§ The problem
Each line below from the one containing "#124=ORIENTED_EDGE('',*,*,#123,.T.);" through the one containing "#160=VERTEX_POINT('',#159);" is to be given again exactly, and no line outside that span.

§ Stored data
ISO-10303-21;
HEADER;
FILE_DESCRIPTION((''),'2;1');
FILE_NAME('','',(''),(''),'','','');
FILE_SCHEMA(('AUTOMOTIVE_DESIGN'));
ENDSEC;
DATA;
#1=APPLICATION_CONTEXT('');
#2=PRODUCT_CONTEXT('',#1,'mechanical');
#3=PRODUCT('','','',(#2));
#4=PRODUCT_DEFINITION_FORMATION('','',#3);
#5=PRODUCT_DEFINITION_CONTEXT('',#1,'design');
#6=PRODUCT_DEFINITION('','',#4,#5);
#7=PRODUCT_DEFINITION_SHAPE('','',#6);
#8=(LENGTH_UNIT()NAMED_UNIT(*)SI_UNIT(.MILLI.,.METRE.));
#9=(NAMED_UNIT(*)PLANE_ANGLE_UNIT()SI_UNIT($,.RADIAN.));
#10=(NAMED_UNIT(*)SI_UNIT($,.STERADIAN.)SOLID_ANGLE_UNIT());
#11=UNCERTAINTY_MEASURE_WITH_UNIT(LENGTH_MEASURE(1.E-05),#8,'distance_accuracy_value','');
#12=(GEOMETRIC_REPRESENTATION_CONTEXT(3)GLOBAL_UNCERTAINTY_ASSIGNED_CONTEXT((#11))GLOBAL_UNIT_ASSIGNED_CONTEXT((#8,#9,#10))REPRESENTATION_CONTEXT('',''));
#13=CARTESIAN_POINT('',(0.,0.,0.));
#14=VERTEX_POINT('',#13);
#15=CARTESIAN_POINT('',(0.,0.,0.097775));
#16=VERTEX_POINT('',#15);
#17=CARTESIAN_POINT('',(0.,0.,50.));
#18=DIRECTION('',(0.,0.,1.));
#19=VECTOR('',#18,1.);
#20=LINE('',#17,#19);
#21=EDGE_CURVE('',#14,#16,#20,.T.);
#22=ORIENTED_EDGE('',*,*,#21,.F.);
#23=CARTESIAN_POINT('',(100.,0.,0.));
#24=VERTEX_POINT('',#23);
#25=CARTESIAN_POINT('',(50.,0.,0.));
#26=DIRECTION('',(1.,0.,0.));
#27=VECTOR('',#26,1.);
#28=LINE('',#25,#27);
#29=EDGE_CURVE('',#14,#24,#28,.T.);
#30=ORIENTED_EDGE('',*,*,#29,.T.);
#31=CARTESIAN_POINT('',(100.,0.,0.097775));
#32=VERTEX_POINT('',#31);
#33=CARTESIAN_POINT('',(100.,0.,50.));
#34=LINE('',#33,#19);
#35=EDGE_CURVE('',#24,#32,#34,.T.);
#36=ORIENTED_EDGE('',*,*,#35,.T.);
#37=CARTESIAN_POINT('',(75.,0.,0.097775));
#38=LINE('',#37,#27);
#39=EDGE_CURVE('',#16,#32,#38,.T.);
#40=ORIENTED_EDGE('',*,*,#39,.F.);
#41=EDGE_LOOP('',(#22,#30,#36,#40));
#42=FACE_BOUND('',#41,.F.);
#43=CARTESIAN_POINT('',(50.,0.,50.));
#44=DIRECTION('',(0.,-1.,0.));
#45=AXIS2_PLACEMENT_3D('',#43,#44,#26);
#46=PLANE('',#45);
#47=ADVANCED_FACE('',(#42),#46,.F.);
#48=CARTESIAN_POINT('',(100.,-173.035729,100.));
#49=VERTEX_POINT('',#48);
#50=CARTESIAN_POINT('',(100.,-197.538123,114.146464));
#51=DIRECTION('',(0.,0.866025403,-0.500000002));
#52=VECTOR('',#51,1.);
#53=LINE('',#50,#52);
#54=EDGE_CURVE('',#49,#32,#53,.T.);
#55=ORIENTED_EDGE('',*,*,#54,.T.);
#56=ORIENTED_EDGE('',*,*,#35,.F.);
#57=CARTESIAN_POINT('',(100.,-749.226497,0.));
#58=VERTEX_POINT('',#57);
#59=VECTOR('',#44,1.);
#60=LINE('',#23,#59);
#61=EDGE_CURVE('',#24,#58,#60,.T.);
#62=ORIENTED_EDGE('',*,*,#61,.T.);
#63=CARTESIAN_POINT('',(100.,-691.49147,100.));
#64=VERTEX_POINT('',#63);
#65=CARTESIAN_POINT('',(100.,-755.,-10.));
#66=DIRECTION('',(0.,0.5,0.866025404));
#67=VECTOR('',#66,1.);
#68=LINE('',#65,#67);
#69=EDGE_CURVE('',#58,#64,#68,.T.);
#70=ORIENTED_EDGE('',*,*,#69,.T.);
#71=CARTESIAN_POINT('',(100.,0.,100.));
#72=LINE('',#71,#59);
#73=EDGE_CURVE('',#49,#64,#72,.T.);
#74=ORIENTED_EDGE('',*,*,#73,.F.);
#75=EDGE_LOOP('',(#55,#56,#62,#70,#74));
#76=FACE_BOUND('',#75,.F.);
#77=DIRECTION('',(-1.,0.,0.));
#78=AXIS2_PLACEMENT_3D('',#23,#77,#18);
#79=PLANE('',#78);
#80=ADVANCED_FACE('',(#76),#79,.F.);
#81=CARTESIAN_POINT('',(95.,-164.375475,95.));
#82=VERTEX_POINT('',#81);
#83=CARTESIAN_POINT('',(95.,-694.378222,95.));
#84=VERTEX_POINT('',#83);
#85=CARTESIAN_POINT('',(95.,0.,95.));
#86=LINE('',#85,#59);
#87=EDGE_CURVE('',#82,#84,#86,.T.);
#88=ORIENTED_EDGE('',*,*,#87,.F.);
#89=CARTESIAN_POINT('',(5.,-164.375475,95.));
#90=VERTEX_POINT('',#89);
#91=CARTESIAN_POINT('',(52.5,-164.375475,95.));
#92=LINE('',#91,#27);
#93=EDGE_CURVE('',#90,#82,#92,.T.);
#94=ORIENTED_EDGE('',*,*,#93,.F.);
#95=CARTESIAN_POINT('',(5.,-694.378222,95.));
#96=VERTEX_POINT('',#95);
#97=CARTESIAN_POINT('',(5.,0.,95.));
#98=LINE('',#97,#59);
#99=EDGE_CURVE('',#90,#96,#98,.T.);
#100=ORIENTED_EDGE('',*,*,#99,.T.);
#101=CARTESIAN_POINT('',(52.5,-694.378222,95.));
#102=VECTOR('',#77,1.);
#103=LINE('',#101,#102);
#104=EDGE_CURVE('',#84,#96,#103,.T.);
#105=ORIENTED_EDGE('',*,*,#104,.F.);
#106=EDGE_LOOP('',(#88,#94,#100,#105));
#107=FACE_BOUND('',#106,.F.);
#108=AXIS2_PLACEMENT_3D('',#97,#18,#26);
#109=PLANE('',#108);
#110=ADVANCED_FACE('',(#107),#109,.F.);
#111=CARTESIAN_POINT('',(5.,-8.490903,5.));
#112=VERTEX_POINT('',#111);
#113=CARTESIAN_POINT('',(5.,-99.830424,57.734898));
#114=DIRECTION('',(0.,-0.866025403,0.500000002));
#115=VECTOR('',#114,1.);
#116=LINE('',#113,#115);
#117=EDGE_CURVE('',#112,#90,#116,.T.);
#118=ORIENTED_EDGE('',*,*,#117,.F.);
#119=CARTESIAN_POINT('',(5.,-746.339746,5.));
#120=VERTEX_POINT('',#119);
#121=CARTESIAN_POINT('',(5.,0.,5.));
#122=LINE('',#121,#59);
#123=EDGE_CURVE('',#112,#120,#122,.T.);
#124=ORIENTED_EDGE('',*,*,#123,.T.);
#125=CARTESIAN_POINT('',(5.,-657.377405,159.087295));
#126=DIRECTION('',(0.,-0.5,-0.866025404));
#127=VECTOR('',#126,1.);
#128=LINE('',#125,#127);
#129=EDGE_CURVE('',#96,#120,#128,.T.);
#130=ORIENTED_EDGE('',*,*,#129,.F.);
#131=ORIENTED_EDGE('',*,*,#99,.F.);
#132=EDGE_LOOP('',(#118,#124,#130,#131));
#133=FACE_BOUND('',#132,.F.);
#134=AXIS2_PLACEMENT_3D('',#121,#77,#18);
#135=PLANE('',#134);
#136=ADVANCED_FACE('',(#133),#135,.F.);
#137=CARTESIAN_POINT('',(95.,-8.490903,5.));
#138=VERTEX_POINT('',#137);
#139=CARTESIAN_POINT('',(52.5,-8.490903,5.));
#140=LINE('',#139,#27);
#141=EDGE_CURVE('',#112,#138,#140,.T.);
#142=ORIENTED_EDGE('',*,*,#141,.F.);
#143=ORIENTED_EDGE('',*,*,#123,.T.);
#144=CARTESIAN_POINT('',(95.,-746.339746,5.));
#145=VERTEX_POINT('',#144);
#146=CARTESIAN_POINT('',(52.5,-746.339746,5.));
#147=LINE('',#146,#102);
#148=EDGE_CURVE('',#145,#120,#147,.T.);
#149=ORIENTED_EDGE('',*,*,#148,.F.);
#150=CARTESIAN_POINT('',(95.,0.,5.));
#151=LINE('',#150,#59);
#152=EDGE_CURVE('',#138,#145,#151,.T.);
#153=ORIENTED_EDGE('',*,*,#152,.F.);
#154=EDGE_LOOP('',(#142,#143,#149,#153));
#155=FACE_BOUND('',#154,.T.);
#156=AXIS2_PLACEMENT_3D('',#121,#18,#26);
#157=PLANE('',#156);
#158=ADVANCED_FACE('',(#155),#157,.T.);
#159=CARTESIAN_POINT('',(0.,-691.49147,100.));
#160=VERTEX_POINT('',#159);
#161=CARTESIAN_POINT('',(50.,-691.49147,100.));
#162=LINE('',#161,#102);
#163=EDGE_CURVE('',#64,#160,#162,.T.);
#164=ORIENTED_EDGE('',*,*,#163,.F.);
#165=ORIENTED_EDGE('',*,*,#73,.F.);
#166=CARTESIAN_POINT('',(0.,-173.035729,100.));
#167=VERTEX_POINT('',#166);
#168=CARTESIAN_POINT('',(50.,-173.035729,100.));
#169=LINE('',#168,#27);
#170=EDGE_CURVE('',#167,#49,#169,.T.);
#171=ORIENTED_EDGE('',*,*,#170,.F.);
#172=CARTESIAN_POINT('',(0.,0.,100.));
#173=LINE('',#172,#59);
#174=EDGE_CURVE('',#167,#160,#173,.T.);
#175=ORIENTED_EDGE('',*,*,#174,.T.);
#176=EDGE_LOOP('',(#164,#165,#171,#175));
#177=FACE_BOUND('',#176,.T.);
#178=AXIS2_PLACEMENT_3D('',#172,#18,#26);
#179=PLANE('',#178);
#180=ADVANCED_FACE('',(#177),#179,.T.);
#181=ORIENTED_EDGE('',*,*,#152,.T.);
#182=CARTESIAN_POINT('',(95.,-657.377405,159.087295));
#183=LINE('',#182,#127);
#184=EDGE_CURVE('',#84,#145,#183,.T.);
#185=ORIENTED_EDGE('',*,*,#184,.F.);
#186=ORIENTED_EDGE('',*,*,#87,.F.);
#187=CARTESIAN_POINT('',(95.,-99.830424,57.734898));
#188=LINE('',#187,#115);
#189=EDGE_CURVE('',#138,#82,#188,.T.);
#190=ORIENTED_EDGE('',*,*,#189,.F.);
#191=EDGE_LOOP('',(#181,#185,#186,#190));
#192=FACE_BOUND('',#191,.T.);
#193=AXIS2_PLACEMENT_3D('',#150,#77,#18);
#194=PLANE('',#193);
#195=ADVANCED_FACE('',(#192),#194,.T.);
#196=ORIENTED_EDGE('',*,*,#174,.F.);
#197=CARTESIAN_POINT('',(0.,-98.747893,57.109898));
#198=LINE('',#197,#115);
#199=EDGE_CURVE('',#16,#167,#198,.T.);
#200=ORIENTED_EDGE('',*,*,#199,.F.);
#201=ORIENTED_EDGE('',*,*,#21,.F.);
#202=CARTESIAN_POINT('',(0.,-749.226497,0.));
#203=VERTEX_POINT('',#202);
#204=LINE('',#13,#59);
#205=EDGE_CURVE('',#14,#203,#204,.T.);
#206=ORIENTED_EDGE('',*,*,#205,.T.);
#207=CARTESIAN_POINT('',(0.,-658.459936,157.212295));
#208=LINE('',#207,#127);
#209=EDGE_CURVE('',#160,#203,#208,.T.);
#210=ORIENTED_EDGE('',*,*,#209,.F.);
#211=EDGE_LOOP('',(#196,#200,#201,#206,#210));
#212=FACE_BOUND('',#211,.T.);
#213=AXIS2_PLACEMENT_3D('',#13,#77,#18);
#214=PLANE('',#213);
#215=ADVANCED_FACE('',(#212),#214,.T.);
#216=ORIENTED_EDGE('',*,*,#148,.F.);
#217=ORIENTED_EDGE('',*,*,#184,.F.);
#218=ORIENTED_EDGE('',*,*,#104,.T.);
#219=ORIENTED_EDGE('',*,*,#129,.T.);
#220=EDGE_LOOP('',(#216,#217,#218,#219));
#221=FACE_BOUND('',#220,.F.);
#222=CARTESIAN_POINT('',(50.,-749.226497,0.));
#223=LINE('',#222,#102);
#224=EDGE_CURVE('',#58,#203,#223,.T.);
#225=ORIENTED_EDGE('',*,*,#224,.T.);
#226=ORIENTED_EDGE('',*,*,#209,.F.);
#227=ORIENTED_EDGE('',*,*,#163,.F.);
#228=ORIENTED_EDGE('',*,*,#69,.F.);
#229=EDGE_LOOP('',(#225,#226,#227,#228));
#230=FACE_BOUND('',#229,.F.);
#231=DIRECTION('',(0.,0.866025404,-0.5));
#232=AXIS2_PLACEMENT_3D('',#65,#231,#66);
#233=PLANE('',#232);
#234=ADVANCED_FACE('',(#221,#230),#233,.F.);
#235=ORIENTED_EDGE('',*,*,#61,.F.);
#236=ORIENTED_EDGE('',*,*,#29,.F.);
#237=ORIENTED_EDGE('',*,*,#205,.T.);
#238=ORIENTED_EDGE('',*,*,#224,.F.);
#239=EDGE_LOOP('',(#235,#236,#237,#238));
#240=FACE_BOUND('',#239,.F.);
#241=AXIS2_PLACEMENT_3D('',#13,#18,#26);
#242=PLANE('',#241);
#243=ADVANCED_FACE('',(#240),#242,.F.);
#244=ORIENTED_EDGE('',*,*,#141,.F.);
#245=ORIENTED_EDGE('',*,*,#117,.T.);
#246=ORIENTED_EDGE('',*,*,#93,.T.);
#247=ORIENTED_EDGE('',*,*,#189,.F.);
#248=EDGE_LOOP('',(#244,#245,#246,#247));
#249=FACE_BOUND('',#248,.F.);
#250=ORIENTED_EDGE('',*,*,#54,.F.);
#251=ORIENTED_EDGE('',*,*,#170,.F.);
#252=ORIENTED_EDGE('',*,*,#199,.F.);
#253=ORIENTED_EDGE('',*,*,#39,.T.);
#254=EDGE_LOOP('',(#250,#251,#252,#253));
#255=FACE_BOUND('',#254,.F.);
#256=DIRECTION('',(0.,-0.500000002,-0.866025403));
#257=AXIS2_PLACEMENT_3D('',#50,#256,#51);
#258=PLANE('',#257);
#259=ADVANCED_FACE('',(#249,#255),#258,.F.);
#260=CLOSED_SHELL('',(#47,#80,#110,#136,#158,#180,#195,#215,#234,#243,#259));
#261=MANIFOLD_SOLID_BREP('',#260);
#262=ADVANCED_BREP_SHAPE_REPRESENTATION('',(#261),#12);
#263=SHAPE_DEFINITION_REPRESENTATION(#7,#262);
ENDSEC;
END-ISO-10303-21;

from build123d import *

# Parameters (mm, degrees)
F0_W     = 100
F0_H     = 100
F0_W_2   = 90
F0_H_2   = 90
F1_DEPTH = 750
F3_DEPTH = 100.001
F5_DEPTH = 100.001


with BuildPart() as f1:
    # F0 (on Front) → F1 (new body)
    with BuildSketch(Plane.XZ):
        with Locations((50, 50)):
            Rectangle(F0_W, F0_H)
        with Locations((50, 50)):
            Rectangle(F0_W_2, F0_H_2, mode=Mode.SUBTRACT)
    extrude(amount=F1_DEPTH)

    # F2 (on face) → F3 (cut, through all)
    with BuildSketch(Plane.YZ.offset(100)):
        Polygon((-679.944465, 120), (-755, 120), (-755, -10), align=None)
    extrude(amount=-F3_DEPTH, mode=Mode.SUBTRACT)

    # F4 (on face) → F5 (cut, through all)
    with BuildSketch(Plane.YZ.offset(100)):
        Polygon((0.141252, 114.146464), (-197.538123, 114.146464), (0.141252, 0.016223), align=None)
    extrude(amount=-F5_DEPTH, mode=Mode.SUBTRACT)


solid = f1.part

§ Task output
#124=ORIENTED_EDGE('',*,*,#123,.T.);
#125=CARTESIAN_POINT('',(5.,-657.377405,159.087295));
#126=DIRECTION('',(0.,-0.5,-0.866025404));
#127=VECTOR('',#126,1.);
#128=LINE('',#125,#127);
#129=EDGE_CURVE('',#96,#120,#128,.T.);
#130=ORIENTED_EDGE('',*,*,#129,.F.);
#131=ORIENTED_EDGE('',*,*,#99,.F.);
#132=EDGE_LOOP('',(#118,#124,#130,#131));
#133=FACE_BOUND('',#132,.F.);
#134=AXIS2_PLACEMENT_3D('',#121,#77,#18);
#135=PLANE('',#134);
#136=ADVANCED_FACE('',(#133),#135,.F.);
#137=CARTESIAN_POINT('',(95.,-8.490903,5.));
#138=VERTEX_POINT('',#137);
#139=CARTESIAN_POINT('',(52.5,-8.490903,5.));
#140=LINE('',#139,#27);
#141=EDGE_CURVE('',#112,#138,#140,.T.);
#142=ORIENTED_EDGE('',*,*,#141,.F.);
#143=ORIENTED_EDGE('',*,*,#123,.T.);
#144=CARTESIAN_POINT('',(95.,-746.339746,5.));
#145=VERTEX_POINT('',#144);
#146=CARTESIAN_POINT('',(52.5,-746.339746,5.));
#147=LINE('',#146,#102);
#148=EDGE_CURVE('',#145,#120,#147,.T.);
#149=ORIENTED_EDGE('',*,*,#148,.F.);
#150=CARTESIAN_POINT('',(95.,0.,5.));
#151=LINE('',#150,#59);
#152=EDGE_CURVE('',#138,#145,#151,.T.);
#153=ORIENTED_EDGE('',*,*,#152,.F.);
#154=EDGE_LOOP('',(#142,#143,#149,#153));
#155=FACE_BOUND('',#154,.T.);
#156=AXIS2_PLACEMENT_3D('',#121,#18,#26);
#157=PLANE('',#156);
#158=ADVANCED_FACE('',(#155),#157,.T.);
#159=CARTESIAN_POINT('',(0.,-691.49147,100.));
#160=VERTEX_POINT('',#159);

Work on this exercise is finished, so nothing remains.